Через несколько минут приезжает «скорая помощь», его кладут на носилки и, накрыв сверху принесенным с вешалки пальто, укладывают в машину. Я еду вместе с ним, сажусь туда внутрь, рядом с ним, лежащим. Везти его недолго и недалеко, на улицу Грановского. Там меня пускают в «приемный покой». Врачам все уже ясно, и они объясняют мне, что это инсульт с частичной потерей речи и частичным параличом.
Горбатова должны уносить из «приемного покоя» дальше, куда меня сейчас уже не пустят, но его что‑то беспокоит, и он снова пытается сказать мне это.
Я нагибаюсь над ним и, приблизив лицо к его лицу, пытаюсь расслышать и понять, чего же он хочет. В конце концов не столько по словам, сколько по движению — глядя на меня, он все поводит лицом в левую сторону — понимаю, чего он от меня хочет. Он хочет, чтобы я взял с собой лежащий в левом внутреннем кармане его пиджака партийный билет. Я лезу в пиджак, который с него еще не сняли, достаю оттуда бумажник с документами, вынимаю и кладу к себе в карман его партийный билет, и он, прикрыв глаза, показывает, что это именно то, чего он хотел от меня. И мне даже кажется, что на лице его появляется мучительное усилие одобрительно улыбнуться мне.
Его уносят, а я остаюсь за дверью с тягостным чувством, что мы больше не увидимся.
К счастью, это оказалось не так: пережив и этот удар, он снова стал на ноги и даже пробовал работать. Но это продолжалось недолго. Инсульт все‑таки оказался началом конца. И в следующую зиму Горбатова не стало.
Я узнал об этом в Кисловодске, узнал не сразу и из‑за чудовищной зимней непогоды — два дня подряд — не мог вылететь, просидел их на аэродроме, так и не попав на похороны.
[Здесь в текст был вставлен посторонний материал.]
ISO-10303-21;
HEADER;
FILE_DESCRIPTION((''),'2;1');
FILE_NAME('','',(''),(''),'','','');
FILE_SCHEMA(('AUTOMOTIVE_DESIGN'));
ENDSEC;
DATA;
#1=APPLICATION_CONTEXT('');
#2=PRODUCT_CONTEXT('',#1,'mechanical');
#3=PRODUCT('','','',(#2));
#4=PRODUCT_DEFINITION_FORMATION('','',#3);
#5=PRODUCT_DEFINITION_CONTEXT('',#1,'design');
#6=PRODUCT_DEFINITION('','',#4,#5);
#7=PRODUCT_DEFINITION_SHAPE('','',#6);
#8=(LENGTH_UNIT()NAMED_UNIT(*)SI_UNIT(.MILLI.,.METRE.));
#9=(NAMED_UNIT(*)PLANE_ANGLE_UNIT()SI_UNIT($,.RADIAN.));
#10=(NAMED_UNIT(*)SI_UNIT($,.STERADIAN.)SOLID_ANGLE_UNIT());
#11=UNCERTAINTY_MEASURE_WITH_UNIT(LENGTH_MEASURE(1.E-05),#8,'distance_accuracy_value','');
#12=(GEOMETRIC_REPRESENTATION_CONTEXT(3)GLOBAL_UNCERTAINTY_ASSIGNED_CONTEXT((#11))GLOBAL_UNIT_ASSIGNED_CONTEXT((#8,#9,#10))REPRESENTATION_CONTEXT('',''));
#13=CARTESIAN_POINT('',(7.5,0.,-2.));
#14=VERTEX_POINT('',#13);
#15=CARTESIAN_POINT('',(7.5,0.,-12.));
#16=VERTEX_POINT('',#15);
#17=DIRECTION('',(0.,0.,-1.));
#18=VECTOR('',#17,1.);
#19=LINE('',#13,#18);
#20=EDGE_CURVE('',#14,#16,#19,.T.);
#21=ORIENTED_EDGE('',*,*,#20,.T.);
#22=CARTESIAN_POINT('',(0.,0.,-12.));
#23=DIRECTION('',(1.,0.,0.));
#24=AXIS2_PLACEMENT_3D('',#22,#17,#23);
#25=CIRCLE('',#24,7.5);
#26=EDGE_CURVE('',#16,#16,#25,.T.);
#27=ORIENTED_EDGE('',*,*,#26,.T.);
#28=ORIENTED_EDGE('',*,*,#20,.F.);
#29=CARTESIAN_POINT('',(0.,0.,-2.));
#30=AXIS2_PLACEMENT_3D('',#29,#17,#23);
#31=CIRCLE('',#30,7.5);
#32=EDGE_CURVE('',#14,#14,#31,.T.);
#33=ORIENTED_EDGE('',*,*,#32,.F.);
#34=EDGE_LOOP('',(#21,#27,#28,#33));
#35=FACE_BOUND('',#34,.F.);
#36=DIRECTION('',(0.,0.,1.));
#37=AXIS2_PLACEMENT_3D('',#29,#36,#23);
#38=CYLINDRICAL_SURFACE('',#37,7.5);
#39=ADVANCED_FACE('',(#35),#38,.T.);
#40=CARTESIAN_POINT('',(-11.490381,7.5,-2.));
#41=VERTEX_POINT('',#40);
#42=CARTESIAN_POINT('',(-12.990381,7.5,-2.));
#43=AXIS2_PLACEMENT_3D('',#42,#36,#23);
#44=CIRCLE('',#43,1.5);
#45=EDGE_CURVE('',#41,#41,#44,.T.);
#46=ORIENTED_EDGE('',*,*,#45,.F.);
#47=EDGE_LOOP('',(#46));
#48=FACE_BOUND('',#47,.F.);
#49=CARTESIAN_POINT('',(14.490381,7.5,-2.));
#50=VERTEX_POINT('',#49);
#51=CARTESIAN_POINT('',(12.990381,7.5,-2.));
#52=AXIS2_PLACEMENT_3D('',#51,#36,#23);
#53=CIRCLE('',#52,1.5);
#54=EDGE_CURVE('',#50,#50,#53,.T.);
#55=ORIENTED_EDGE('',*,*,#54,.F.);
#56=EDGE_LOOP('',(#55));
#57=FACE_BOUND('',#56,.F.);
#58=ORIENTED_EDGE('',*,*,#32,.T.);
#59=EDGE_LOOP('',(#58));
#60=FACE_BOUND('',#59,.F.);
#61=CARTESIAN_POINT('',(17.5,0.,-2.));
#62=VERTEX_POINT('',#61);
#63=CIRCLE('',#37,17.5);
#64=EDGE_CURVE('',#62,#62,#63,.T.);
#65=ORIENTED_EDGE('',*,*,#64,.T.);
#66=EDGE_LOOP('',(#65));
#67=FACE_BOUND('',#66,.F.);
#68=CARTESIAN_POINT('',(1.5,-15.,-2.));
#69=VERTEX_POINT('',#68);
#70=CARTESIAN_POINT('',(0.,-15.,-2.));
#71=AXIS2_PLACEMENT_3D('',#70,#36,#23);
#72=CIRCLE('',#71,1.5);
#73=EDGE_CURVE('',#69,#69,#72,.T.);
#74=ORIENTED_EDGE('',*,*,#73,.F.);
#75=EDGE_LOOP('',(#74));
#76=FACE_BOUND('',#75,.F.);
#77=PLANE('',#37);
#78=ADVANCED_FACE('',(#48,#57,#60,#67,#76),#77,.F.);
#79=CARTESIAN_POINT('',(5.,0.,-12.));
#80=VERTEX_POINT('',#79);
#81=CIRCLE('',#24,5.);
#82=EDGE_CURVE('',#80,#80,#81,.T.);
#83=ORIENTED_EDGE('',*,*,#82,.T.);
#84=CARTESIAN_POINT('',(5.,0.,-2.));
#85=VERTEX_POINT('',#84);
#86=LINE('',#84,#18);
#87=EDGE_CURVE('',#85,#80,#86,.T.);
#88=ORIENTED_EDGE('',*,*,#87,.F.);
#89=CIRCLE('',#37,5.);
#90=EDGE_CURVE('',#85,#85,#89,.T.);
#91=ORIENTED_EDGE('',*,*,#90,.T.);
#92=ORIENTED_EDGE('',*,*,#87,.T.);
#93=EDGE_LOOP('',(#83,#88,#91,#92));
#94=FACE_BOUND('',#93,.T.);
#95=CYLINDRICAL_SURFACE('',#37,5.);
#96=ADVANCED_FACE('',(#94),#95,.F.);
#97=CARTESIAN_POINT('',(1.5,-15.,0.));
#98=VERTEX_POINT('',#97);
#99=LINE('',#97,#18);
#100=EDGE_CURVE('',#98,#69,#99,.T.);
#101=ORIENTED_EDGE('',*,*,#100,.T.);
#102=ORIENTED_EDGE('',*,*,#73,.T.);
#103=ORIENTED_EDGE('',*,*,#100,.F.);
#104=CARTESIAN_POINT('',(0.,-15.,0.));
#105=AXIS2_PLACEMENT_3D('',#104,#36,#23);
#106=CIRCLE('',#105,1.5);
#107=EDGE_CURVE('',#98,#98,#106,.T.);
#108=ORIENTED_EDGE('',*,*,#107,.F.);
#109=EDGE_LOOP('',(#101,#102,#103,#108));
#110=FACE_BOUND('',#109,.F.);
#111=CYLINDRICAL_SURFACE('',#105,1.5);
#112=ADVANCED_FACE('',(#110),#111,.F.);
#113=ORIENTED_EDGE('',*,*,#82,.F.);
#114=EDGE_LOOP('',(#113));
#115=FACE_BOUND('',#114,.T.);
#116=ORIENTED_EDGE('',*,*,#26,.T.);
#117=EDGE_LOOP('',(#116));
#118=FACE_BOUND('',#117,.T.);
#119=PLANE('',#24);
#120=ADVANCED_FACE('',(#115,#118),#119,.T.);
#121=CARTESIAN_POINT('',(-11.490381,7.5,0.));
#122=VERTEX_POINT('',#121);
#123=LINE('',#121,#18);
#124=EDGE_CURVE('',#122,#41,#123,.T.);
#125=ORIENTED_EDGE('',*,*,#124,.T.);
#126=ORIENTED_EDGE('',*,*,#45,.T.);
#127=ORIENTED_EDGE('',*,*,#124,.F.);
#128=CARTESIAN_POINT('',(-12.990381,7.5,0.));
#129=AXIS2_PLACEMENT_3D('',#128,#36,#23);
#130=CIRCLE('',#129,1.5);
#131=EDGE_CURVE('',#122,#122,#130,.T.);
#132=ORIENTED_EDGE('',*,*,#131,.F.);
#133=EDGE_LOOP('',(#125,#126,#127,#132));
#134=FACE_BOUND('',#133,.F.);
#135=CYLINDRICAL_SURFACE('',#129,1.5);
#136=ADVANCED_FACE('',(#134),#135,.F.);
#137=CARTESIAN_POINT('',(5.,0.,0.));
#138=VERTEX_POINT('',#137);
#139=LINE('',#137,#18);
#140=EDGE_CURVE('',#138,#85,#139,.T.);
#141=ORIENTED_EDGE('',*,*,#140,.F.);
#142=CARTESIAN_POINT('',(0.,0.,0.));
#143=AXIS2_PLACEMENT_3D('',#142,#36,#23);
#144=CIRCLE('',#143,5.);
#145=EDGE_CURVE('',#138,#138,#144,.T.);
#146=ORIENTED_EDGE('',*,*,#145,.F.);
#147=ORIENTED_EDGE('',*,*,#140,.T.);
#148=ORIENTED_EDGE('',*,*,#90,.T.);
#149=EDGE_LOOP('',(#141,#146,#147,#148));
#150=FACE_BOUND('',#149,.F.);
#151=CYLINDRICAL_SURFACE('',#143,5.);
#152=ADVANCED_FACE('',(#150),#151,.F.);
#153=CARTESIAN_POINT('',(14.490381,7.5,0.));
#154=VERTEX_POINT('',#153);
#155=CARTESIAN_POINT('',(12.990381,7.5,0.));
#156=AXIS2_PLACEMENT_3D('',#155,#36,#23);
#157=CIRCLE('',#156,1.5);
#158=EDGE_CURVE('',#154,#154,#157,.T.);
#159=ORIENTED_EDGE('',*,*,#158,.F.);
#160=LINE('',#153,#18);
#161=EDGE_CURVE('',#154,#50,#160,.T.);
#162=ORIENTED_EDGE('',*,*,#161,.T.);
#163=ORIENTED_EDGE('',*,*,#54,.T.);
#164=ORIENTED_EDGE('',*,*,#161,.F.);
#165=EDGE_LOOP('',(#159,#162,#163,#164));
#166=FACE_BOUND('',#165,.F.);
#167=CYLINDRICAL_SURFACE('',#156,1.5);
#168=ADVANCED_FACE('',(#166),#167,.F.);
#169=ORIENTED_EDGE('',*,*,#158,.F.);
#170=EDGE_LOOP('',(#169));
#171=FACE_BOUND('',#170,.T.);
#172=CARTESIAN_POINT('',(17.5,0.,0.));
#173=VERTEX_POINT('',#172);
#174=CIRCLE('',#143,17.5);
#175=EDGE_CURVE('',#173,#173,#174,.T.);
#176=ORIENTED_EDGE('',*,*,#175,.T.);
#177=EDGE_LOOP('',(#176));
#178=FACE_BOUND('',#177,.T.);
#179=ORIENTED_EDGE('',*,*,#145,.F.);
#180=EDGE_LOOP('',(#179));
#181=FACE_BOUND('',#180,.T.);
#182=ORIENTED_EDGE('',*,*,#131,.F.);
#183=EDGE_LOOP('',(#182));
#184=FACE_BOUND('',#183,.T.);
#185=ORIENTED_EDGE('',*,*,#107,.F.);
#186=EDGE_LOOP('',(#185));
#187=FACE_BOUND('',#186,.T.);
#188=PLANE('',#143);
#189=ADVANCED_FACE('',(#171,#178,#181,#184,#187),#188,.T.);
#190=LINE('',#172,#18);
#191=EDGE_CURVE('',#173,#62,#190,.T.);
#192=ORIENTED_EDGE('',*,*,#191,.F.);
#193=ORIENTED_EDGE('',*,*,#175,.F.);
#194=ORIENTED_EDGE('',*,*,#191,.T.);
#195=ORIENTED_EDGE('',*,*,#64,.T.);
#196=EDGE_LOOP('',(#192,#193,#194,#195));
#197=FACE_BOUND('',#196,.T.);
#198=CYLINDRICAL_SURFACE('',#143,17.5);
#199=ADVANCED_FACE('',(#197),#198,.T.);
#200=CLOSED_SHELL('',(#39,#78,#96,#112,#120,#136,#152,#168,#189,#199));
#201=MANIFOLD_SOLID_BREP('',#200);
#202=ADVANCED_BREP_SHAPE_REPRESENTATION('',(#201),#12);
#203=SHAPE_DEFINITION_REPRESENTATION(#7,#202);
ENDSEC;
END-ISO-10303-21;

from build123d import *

# Parameters (mm, degrees)
F0_R     = 17.5
F0_R_2   = 5
F1_DEPTH = 2
F2_R     = 7.5
F2_R_2   = 5
F3_DEPTH = 10
F4_R     = 1.5
F5_DEPTH = 2


with BuildPart() as f1:
    # F0 (on Top) → F1 (new body)
    with BuildSketch(Plane.XY):
        Circle(F0_R)
        Circle(F0_R_2, mode=Mode.SUBTRACT)
    extrude(amount=-F1_DEPTH)

    # F2 (on face) → F3 (join)
    with BuildSketch(Plane(origin=(0, 0, -2), x_dir=(1, 0, 0), z_dir=(0, 0, -1))):
        Circle(F2_R)
        Circle(F2_R_2, mode=Mode.SUBTRACT)
    extrude(amount=F3_DEPTH)

    # F4 (on face) → F5 (cut, through all)
    with BuildSketch(Plane.XY):
        with Locations((-12.990381, 7.5)):
            Circle(F4_R)
        with Locations((12.990381, 7.5)):
            Circle(F4_R)
        with Locations((0, -15)):
            Circle(F4_R)
    extrude(amount=-F5_DEPTH, mode=Mode.SUBTRACT)


solid = f1.part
Все, о чем я вспомнил, хочу кончить стихами, написанными в год его смерти. Думаю, что в них сказано больше, чем я мог бы сказать сейчас, спустя почти четверть века, о своем тогдашнем чувстве неизгладимости потери.
Вот они, эти стихи:
Умер друг у меня — вот какая беда…Как мне быть — не могу и ума приложить.Я не думал, не верил, не ждал никогда,Что без этого друга придется мне жить.Был в отъезде, когда схоронили его,В день прощанья у гроба не смог постоять.А теперь вот приеду — и нет ничего:Нет его. Нет совсем. Нет. Нигде не видать.На квартиру пойду к нему — там его нет.Есть та улица, дом, есть подъезд тот и дверь,Есть дощечка, где имя его — и теперь.Есть на вешалке палка его и пальто.Есть налево за дверью его кабинет…Всё тут есть. Только все это вовсе не то,Потому что он был, а теперь его нет!Раньше как говорили друг другу мы с ним?Говорили: «Споем», «Посидим», «Позвоним»,Говорили: «Скажи», говорили: «Прочти»,Говорили: «Зайди ко мне завтра к пяти».А теперь привыкать надо к слову: «Он был»,Привыкать говорить про него: «Говорил»,Говорил, приходил, помогал, выручал,Чтобы я не грустил — долго жить обещал.Еще в памяти все твои живы черты.А уже не могу я сказать тебе «ты».Говорят, раз ты умер — таков уж закон —Вместо «ты» про тебя говорить надо «он»,Вместо слов, что люблю тебя, надо «любил»,Вместо слов, что есть друг у меня, надо «был»,Так ли это? Не знаю. По — моему — нет!Свет погасшей звезды еще тысячу летК нам доходит. А что ей, звезде, до людей?Ты добрей был ее, и теплей, и светлей,Да и срок невелик — тыщу лет мне не жить,На мой век тебя хватит — мне по дружбе светить.
1954–1978
Таким я его помню…
Совладать с чувствами пока еще трудно, слишком недавно случилось все то, что навсегда отделило его от нас и о чем он сам, с такой пронзительно спокойной грустью, сказал нам в стихотворении «В тот день, когда окончилась война…».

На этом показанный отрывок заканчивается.